Sono certa che tutti noi, amanti del cibo o no, abbiamo ricordi familiari abbinati al consumo della mele. Chi non pensa subito ad una  torta di mele o ad una  una frittella profumata alla cannella o semplicemente una mela cotta al forno o caramellata.

Ma la mela è adatta anche ad accompagnare piatti salati ed io che sono amante del gusto agrodolce con questa ricetta di arista vado a nozze considerando anche quanto la carne di maiale si adatti a questo  abbinamento con la frutta.

INGREDIENTI

Arista di maiale 1,400 kg

150 gr. di pancetta a fettine

un rametto di timo e uno di rosmarino

2 foglie di salvia

una manciata di bacche di ginepro

olio extra vergine d’oliva 3 cucchiai circa

1/2 litro di brodo vegetale

1 bicchiere di vini bianco secco

1/2 kg di mele dalla polpa soda e profumata

PREPARAZIONE

Avvolgere l’arista nelle fette di pancetta e legare con lo spago da cucina .  Rosolarla in maniera uniforme su tutti i lati con l’olio e le erbe tritate in una casseruola da fuoco che la contenga ..comoda.

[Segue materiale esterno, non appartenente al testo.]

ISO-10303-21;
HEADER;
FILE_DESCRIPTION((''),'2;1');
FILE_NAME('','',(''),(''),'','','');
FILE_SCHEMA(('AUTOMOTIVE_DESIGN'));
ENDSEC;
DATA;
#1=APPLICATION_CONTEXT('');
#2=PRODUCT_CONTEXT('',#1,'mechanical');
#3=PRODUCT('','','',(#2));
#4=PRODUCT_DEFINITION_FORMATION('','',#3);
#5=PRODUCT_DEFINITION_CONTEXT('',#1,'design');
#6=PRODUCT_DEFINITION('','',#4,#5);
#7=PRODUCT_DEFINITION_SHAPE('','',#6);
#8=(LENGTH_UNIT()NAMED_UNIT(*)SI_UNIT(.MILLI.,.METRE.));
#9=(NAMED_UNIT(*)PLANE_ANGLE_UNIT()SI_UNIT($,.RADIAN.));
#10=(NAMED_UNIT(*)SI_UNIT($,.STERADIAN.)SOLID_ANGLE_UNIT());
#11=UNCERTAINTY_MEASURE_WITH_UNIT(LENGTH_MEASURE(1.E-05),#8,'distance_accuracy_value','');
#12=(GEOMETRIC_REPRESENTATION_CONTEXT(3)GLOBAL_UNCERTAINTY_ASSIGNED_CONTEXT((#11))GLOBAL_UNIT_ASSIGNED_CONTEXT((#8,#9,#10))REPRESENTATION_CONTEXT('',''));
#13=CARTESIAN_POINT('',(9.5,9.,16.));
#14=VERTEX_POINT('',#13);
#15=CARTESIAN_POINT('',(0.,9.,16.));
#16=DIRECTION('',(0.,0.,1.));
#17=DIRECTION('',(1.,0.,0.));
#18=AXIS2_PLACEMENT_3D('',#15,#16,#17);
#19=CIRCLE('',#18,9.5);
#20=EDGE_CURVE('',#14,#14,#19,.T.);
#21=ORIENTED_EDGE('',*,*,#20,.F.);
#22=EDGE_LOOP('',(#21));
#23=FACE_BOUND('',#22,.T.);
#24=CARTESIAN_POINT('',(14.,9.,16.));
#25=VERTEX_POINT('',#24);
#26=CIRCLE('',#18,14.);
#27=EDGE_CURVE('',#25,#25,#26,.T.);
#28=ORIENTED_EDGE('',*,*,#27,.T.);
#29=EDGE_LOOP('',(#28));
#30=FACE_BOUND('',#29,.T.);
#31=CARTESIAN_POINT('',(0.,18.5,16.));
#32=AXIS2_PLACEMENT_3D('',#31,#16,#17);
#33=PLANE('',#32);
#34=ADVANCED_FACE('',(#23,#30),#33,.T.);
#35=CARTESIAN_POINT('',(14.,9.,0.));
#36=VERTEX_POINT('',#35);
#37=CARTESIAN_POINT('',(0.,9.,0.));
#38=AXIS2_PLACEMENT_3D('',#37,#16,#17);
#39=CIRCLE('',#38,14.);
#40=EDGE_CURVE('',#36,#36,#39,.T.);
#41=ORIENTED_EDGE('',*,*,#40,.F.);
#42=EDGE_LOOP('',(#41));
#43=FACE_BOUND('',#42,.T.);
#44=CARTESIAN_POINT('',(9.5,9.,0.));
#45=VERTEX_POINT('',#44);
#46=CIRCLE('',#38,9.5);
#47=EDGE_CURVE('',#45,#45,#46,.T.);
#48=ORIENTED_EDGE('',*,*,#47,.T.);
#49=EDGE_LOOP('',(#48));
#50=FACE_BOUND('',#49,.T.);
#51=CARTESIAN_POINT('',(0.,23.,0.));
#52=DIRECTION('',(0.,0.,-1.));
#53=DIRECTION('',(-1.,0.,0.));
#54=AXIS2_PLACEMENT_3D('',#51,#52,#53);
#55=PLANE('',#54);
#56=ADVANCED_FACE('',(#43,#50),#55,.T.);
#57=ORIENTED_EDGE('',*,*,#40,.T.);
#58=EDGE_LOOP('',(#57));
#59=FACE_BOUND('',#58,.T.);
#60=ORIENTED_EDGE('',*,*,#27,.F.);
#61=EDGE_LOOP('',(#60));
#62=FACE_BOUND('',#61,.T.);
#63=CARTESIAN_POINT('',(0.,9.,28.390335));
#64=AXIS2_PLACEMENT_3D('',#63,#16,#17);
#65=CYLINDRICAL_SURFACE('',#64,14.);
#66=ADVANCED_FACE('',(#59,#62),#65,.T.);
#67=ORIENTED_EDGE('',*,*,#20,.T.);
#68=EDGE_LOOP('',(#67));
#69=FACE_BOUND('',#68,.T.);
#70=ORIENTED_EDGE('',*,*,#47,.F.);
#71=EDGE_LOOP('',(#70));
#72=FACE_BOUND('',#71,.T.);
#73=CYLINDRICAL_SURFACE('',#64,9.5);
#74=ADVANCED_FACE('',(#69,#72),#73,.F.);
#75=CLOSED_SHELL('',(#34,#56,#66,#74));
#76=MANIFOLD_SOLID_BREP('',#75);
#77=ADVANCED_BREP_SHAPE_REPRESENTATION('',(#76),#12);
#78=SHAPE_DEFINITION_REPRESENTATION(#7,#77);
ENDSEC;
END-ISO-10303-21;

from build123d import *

# Parameters (mm, degrees)
SKETCH_1_W = 16
SKETCH_1_H = 4.5


with BuildPart() as part:
    # 草图1 → 旋转2 (revolve)
    with BuildSketch(Plane(origin=(0, 0, 0), x_dir=(0, 0, -1), z_dir=(1, 0, 0)), mode=Mode.PRIVATE) as revolve_2_sk:
        with Locations((-8, 20.75)):
            Rectangle(SKETCH_1_W, SKETCH_1_H)
    revolve(revolve_2_sk.sketch.rotate(Axis((0, 9, 28.39033539), (0, 0, -1)), 90), axis=Axis((0, 9, 28.39033539), (0, 0, -1)))


solid = part.part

Bagnare la carne con il vino e fare evaporare. Salare , aggiungere il brodo caldo , le bacche di ginepro leggermente schiacciate e le mele tagliate piuttosto sottili. Incoperchiare e fare cuocere a fuoco medio per 45′ circa. Se necessario ( lo è quasi sempre) togliere il pezzo di carne dalla casseruola per far restringere il fondo di mele.

Bisogna fare molta attenzione al punto di cottura dell’arista : il maiale non può essere al sangue ma facilmente passa il punto di cottura e la carne diventa stopposa. I tempi indicati sono risultati giusti per questo pezzo di carne ma dipende anche dal gusto personale. La prova stecchino è sempre la più valida se non si possiede un termometro da arrosti ( ..ed io non ce l’ho!!). non deve fuoriuscire liquido rosso ma nemmeno presentarsi completamente asciutto,considerando che mentre  raffredda continua un pò ad asciugare.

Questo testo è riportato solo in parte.